How we help
- Section 128.1 deemed-disposition analysis for all categories of property
- Election to defer payment (Form T1244) with adequate security
- Excluded-property categorization (TCP, RRSP/RRIF, employer stock options)
- Pre-departure cost-base step-ups and corporate reorganizations
- Returning-resident rule (subsection 128.1(6)) for round-trip migrations
- Coordination with US pre-immigration cost-base planning
What departure tax actually is
Under Section 128.1 of the Income Tax Act, an individual who ceases to be a Canadian tax resident is deemed to have disposed of most kinds of property at fair market value the moment before they emigrate, and to have re-acquired it at that same value. The resulting accrued gains become taxable in the year of departure — even though no property has actually been sold.
The deemed disposition catches most categories of capital property: publicly-traded shares, private-company shares, partnership interests, art, jewellery, cryptocurrency, and even some non-Canadian real estate. It does NOT apply to taxable Canadian property (TCP) — chiefly Canadian real estate and shares of certain private corporations whose value is derived from Canadian real estate — and a number of statutorily excluded categories like RRSPs, RRIFs, TFSAs, employer stock options on Canadian employment, and Canadian pension entitlements.
The planning window
The planning window for departure tax closes the day you cease residency. Many planning moves — pre-departure cost-base step-ups using Section 85 rollovers, accelerating dispositions of property with accrued losses, post-emigration butterfly transactions to extract retained earnings from a holdco, the use of family trusts to fragment ownership before the move — only work if executed before the residency change.

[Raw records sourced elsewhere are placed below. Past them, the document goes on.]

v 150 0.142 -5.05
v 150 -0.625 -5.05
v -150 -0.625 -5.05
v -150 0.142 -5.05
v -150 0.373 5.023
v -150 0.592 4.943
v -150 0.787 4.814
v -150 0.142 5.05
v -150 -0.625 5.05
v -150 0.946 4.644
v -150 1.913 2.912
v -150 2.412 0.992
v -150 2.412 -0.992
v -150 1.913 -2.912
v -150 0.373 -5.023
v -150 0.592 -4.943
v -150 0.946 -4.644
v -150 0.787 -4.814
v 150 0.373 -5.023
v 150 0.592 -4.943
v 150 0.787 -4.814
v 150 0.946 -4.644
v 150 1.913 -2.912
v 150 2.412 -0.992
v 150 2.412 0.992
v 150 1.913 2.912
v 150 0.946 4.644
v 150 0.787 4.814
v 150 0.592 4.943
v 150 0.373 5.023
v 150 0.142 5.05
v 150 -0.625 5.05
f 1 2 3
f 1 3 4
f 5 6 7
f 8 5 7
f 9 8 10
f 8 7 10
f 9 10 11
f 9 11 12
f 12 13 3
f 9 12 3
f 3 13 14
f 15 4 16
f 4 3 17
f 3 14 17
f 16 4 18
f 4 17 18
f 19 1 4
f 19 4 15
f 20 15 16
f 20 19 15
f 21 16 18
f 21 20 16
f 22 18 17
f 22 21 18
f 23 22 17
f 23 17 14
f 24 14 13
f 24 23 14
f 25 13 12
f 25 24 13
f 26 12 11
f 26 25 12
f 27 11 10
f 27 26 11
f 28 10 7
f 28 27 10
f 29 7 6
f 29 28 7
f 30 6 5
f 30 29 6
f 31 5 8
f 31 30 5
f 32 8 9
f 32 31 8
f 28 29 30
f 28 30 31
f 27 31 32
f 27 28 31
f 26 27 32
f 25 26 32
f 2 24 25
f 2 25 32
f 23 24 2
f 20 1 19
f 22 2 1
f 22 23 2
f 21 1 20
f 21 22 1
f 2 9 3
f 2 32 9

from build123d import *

# Parameters (mm, degrees)
BOSS_EXTRUDE1_DEPTH = 150


with BuildPart() as part:
    # Sketch1 → Boss-Extrude1 (new body, symmetric)
    with BuildSketch(Plane(origin=(0, 0, 0), x_dir=(0, 0, -1), z_dir=(1, 0, 0))):
        with BuildLine():
            Line((-5.05, -0.625), (5.05, -0.625))
            Line((5.05, -0.625), (5.05, 0.141657769))
            ThreePointArc((5.05, 0.141657769), (4.942763552, 0.592183285), (4.644053518, 0.946083289))
            ThreePointArc((4.644053518, 0.946083289), (0, 2.475), (-4.644053518, 0.946083289))
            ThreePointArc((-4.644053518, 0.946083289), (-4.942763552, 0.592183285), (-5.05, 0.141657769))
            Line((-5.05, 0.141657769), (-5.05, -0.625))
        make_face()
    extrude(amount=BOSS_EXTRUDE1_DEPTH, both=True)


solid = part.part
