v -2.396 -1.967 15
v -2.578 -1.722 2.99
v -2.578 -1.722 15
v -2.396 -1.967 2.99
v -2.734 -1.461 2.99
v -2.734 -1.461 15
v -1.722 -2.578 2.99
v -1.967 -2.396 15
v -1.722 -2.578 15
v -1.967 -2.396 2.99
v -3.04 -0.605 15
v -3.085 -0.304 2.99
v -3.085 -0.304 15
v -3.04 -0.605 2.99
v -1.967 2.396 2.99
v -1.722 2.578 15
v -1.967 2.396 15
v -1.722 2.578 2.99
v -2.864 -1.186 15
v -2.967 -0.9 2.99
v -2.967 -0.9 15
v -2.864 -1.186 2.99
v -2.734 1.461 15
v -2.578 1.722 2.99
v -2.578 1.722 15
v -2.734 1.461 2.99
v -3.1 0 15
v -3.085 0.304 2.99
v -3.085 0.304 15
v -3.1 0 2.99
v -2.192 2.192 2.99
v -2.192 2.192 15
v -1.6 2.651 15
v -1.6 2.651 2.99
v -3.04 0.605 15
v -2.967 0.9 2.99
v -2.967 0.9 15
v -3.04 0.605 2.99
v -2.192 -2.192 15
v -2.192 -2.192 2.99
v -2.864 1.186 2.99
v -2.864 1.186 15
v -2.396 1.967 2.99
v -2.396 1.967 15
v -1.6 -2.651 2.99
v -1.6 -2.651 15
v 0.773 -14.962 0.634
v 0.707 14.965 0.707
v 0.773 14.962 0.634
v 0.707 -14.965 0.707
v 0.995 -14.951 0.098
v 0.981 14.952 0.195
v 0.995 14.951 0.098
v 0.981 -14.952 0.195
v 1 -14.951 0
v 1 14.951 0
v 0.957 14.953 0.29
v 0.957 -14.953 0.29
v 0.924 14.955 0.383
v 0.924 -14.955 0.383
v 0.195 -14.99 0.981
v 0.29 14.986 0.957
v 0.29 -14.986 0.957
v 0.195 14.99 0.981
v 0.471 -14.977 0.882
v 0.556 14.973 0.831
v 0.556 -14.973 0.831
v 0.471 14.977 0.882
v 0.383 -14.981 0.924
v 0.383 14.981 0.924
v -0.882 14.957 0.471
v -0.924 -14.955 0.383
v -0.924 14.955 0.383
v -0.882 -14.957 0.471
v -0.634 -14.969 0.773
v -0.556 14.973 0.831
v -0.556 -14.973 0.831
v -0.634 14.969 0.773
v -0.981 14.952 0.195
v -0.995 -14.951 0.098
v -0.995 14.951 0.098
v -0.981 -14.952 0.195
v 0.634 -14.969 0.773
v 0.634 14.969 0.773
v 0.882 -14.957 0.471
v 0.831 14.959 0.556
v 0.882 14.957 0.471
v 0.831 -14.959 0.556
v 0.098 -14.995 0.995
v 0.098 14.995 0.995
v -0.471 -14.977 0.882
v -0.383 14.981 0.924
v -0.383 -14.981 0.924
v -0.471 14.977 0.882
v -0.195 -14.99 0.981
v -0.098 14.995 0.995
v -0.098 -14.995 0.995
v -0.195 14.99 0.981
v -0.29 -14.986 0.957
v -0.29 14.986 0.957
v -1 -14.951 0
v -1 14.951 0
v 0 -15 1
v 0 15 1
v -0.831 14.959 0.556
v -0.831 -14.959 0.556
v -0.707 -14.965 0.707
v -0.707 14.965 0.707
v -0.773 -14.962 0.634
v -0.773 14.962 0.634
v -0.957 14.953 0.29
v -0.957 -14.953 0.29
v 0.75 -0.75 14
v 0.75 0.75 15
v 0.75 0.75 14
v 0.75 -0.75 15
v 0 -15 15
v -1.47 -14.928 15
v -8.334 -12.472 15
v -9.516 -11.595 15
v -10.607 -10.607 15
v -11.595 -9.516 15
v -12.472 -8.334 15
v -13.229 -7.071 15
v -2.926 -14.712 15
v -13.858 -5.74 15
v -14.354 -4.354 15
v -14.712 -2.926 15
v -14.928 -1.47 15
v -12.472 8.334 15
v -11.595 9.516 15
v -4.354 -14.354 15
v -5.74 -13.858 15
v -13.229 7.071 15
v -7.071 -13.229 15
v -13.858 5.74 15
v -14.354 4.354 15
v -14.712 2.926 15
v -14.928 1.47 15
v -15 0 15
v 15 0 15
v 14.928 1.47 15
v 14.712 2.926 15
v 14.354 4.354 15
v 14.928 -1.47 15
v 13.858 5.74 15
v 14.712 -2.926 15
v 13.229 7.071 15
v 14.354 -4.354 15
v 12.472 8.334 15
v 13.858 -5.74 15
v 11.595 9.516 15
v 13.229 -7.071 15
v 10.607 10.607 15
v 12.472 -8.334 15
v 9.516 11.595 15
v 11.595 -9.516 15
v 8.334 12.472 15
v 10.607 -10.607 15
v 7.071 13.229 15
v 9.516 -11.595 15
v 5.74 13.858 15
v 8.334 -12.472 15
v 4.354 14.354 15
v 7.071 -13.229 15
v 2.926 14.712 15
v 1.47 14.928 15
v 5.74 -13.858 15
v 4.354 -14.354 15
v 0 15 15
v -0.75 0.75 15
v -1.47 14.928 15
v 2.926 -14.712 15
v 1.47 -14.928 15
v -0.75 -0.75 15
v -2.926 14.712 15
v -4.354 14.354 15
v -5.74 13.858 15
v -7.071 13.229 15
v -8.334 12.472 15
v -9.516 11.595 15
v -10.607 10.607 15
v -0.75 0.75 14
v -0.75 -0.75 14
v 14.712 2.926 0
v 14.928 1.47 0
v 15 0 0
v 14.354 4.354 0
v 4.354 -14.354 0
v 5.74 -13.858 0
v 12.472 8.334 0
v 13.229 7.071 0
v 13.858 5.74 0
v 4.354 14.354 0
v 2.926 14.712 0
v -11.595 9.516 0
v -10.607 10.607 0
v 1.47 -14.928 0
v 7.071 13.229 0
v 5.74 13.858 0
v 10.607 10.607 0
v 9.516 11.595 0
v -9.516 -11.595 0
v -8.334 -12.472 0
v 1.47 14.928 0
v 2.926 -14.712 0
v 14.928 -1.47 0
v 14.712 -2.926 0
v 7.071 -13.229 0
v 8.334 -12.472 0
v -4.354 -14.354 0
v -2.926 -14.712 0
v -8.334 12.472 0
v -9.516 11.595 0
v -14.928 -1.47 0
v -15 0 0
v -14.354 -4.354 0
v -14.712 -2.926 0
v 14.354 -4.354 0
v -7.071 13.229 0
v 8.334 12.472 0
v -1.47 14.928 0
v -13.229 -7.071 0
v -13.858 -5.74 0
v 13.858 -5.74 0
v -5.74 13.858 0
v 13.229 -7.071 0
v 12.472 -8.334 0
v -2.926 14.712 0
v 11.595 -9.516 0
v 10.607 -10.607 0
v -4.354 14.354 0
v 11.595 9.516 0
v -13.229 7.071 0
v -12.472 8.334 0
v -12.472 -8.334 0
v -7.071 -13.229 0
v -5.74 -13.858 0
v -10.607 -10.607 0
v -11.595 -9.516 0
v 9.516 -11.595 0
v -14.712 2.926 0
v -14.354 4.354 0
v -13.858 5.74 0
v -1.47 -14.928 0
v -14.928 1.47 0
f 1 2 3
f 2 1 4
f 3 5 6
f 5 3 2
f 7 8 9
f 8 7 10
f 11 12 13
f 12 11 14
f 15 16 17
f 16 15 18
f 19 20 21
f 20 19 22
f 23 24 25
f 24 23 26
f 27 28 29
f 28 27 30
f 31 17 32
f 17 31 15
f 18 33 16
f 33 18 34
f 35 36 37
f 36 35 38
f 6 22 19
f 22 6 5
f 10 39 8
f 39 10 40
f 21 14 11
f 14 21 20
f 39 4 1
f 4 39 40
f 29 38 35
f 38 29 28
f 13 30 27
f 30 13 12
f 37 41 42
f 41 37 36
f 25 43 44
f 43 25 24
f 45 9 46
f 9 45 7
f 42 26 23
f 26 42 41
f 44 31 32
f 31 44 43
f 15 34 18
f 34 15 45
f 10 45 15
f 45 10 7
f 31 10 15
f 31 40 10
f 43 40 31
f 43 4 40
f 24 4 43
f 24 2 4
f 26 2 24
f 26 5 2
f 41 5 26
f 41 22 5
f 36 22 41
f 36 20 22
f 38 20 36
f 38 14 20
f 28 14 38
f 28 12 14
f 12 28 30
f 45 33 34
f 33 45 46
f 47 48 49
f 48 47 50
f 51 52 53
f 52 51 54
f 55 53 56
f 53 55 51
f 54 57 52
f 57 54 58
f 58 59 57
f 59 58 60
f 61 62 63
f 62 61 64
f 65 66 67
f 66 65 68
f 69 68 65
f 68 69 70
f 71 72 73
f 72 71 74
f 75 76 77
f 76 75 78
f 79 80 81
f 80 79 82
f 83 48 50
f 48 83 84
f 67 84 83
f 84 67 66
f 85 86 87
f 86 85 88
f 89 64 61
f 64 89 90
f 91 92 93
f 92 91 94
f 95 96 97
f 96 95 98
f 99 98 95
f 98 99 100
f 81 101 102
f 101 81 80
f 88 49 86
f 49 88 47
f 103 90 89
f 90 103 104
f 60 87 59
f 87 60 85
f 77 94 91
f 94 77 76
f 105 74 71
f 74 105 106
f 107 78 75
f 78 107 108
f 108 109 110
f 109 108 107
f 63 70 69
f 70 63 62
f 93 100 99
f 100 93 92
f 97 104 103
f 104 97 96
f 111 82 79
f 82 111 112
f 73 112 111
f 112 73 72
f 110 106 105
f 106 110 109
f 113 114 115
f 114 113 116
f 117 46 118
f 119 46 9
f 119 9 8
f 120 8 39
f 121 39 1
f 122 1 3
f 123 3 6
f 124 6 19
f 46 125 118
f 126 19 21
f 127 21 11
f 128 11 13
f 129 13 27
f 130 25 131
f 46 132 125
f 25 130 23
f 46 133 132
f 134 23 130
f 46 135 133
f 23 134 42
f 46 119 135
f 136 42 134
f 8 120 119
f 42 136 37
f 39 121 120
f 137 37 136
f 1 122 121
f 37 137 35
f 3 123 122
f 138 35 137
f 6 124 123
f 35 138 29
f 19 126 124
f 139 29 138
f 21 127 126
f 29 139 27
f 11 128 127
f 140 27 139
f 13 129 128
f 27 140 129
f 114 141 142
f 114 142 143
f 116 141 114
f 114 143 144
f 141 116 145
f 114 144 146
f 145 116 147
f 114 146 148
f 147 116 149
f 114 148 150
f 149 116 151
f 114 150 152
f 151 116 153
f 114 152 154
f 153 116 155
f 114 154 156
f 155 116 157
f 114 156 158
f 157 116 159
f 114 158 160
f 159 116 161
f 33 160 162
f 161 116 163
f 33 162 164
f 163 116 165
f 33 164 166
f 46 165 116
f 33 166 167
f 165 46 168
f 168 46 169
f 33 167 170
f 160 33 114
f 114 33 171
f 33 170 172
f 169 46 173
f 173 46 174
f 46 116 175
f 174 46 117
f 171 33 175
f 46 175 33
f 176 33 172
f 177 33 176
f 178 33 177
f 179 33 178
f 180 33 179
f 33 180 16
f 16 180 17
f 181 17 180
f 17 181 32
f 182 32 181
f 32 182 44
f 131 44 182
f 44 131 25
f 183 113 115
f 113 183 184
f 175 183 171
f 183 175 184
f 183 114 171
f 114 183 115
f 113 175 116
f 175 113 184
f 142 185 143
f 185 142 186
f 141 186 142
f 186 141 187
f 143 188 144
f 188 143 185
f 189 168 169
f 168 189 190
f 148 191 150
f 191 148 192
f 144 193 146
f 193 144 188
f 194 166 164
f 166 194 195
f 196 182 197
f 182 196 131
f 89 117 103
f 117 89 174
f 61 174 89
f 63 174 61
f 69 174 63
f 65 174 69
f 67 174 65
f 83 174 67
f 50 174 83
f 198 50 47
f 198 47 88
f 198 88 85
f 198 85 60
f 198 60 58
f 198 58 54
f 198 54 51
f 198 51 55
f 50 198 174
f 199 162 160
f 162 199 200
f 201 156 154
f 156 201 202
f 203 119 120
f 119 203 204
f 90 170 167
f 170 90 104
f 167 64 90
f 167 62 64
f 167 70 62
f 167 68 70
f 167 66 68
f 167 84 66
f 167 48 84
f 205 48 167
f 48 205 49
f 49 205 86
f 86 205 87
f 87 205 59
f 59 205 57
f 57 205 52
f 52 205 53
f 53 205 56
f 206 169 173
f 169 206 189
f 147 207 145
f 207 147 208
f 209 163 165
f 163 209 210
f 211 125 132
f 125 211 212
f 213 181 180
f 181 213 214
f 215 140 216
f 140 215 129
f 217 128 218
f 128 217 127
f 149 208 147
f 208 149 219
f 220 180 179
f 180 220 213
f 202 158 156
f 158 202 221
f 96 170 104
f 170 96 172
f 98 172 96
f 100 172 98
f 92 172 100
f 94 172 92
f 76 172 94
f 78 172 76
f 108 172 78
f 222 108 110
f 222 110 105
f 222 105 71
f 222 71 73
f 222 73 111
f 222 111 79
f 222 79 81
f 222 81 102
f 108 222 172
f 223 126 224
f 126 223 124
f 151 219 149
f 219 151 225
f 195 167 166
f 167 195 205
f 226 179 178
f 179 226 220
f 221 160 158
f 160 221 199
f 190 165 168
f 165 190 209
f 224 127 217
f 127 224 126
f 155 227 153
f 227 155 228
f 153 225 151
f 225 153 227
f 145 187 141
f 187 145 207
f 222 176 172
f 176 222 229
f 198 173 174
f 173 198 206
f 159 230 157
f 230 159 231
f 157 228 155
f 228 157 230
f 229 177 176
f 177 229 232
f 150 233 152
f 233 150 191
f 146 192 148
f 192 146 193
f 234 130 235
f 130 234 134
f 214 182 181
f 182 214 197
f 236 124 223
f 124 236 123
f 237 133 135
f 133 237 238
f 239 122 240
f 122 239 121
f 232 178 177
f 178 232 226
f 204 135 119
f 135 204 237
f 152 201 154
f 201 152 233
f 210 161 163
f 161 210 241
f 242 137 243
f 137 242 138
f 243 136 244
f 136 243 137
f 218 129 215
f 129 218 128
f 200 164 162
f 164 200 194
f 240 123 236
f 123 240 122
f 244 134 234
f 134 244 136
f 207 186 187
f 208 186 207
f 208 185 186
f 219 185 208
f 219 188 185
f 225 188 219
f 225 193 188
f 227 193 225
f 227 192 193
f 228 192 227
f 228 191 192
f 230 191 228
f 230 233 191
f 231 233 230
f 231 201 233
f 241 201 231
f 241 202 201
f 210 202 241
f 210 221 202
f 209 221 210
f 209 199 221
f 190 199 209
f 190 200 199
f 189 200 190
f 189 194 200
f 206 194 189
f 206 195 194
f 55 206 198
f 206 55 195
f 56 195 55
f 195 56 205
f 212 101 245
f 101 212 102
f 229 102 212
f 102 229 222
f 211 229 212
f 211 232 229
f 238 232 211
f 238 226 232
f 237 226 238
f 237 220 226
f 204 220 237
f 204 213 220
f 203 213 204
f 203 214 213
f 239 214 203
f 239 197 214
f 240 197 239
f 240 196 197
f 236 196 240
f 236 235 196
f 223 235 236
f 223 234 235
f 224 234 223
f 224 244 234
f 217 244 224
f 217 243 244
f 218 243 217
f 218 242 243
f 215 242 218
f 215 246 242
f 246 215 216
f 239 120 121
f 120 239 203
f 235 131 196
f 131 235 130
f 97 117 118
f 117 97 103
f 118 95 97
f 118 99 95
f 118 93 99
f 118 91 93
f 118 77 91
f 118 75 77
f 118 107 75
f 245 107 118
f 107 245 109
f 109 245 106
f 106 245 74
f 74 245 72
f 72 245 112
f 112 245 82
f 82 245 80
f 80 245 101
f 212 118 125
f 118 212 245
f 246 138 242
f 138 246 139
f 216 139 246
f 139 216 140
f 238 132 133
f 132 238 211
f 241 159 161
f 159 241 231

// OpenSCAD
// Built by bench/smallmodels/features/compiler.py from a list of features.
$fn = 64;
difference() {
  union() {
    translate([0, 0, 0]) cylinder(d = 30, h = 15);
  }
  union() {
    translate([0, 0, 2.99]) rotate([0, 0, 0]) difference() { cylinder(d = 6.2, h = 12.02); translate([-1.6, -6.2, -1]) cube([6.2, 12.4, 14.02]); }
    translate([0, 0, 0]) rotate([0, 0, 0]) rotate([90, 0, 0]) cylinder(d = 2, h = 1060, center = true);
    translate([0, 0, 0]) rotate([0, 0, 0]) rotate([90, 0, 0]) cylinder(d = 2, h = 1060, center = true);
    translate([0, 0, 0]) rotate([0, 0, 0]) rotate([90, 0, 0]) cylinder(d = 2, h = 1060, center = true);
    translate([0, 0, 0]) rotate([0, 0, 0]) rotate([90, 0, 0]) cylinder(d = 2, h = 1060, center = true);
    translate([0, 0, 0]) rotate([0, 0, 0]) rotate([90, 0, 0]) cylinder(d = 2, h = 1060, center = true);
    translate([0, 0, 0]) rotate([0, 0, 0]) rotate([90, 0, 0]) cylinder(d = 2, h = 1060, center = true);
    translate([0, 0, 0]) rotate([0, 0, 0]) rotate([90, 0, 0]) cylinder(d = 2, h = 1060, center = true);
    translate([0, 0, 0]) rotate([0, 0, 0]) rotate([90, 0, 0]) cylinder(d = 2, h = 1060, center = true);
    translate([0, 0, 0]) rotate([0, 0, 0]) rotate([90, 0, 0]) cylinder(d = 2, h = 1060, center = true);
    translate([0, 0, 0]) rotate([0, 0, 0]) rotate([90, 0, 0]) cylinder(d = 2, h = 1060, center = true);
    translate([0, 0, 0]) rotate([0, 0, 0]) rotate([90, 0, 0]) cylinder(d = 2, h = 1060, center = true);
    translate([0, 0, 0]) rotate([0, 0, 0]) rotate([90, 0, 0]) cylinder(d = 2, h = 1060, center = true);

Departure is a question of fact, not just intention. The CRA looks at residential ties (home, spouse, dependants), secondary ties (driver's licence, health card, club memberships, bank accounts), and the relevant treaty if the destination country is one of Canada's tax-treaty partners. A clean cessation of residency under domestic law combined with the application of a tie-breaker under the relevant treaty produces the most defensible position.
Deferring payment with security
If the departure tax bill is large relative to liquid assets, an individual can elect under Section 220(4.5) to defer payment of the departure-tax liability by posting acceptable security with the CRA — typically a letter of credit, a charge on real estate, or pledged securities. The election is made on Form T1244 with the departure-year return. The deferred amount becomes payable when the deemed-disposed property is actually sold (or earlier on certain events).
If you come back: the returning-resident rule
Subsection 128.1(6) lets a returning resident "unwind" the departure tax if the property at issue is still owned at the time residency resumes. The election effectively treats the original deemed disposition as if it never happened, restoring the original cost base. The mechanic only works for property the taxpayer continuously owned across the departure period — which is one of several reasons round-trip migrants should think carefully before selling pre-departure-assessed holdings.
How we work the file
Most departure-tax engagements involve at least three workstreams: (1) cataloguing every asset and classifying it as deemed-disposed or excluded; (2) modelling the tax liability under different planning scenarios; and (3) preparing the departure-year T1 and Form T1244 election if deferral is wanted. Where the destination is the US, the second workstream usually expands to include pre-immigration cost-base planning so the same gain isn't taxed twice on the US side.
What to expect when you call us
Your first call is a free, no-obligation consultation with a tax lawyer. We will review the details of your situation, explain your options under the Income Tax Act and CRA administrative practice, and give you a clear, fixed-fee quote if you choose to retain us. Your consultation is confidential, and once we are retained, communications are protected by solicitor–client privilege.
If you retain us, we begin work within 24 hours of being retained.
Frequently asked questions
Is the consultation really free?
Yes. Most cases qualify for a free, no-obligation consultation with one of our tax lawyers. During the call we'll review your situation, explain your options, and give you a clear quote if you decide to retain us.
Do you serve all of Canada?
Yes. Barrett Tax Law represents clients across Canada. We have offices and local phone lines in Toronto, Calgary, Edmonton, Fort McMurray, Ottawa, Vancouver, and Winnipeg, plus a national toll-free line at 1-877-882-9829.
What does a tax lawyer do that an accountant cannot?
Accountants prepare returns and financial statements. Tax lawyers represent you when those returns are challenged, audited, or prosecuted — and our communications are protected by solicitor–client privilege, which accountant communications generally are not.
Will the CRA criminally prosecute me?
Most CRA disputes are civil. Criminal prosecution is reserved for serious tax evasion or fraud, usually involving deliberate misrepresentation. If you have unreported income, a voluntary disclosure is one of the standard ways to reduce criminal-prosecution risk.
How fast can you start on my case?
We typically begin work within 24 hours of being retained. For audit deadlines, Notices of Objection, and other time-sensitive matters, we move immediately.
What if I have unfiled tax returns from many years ago?
We routinely handle 5+ years of unfiled returns. Through the Voluntary Disclosures Program — applied for before the CRA contacts you — we can usually eliminate gross-negligence penalties and limit interest exposure.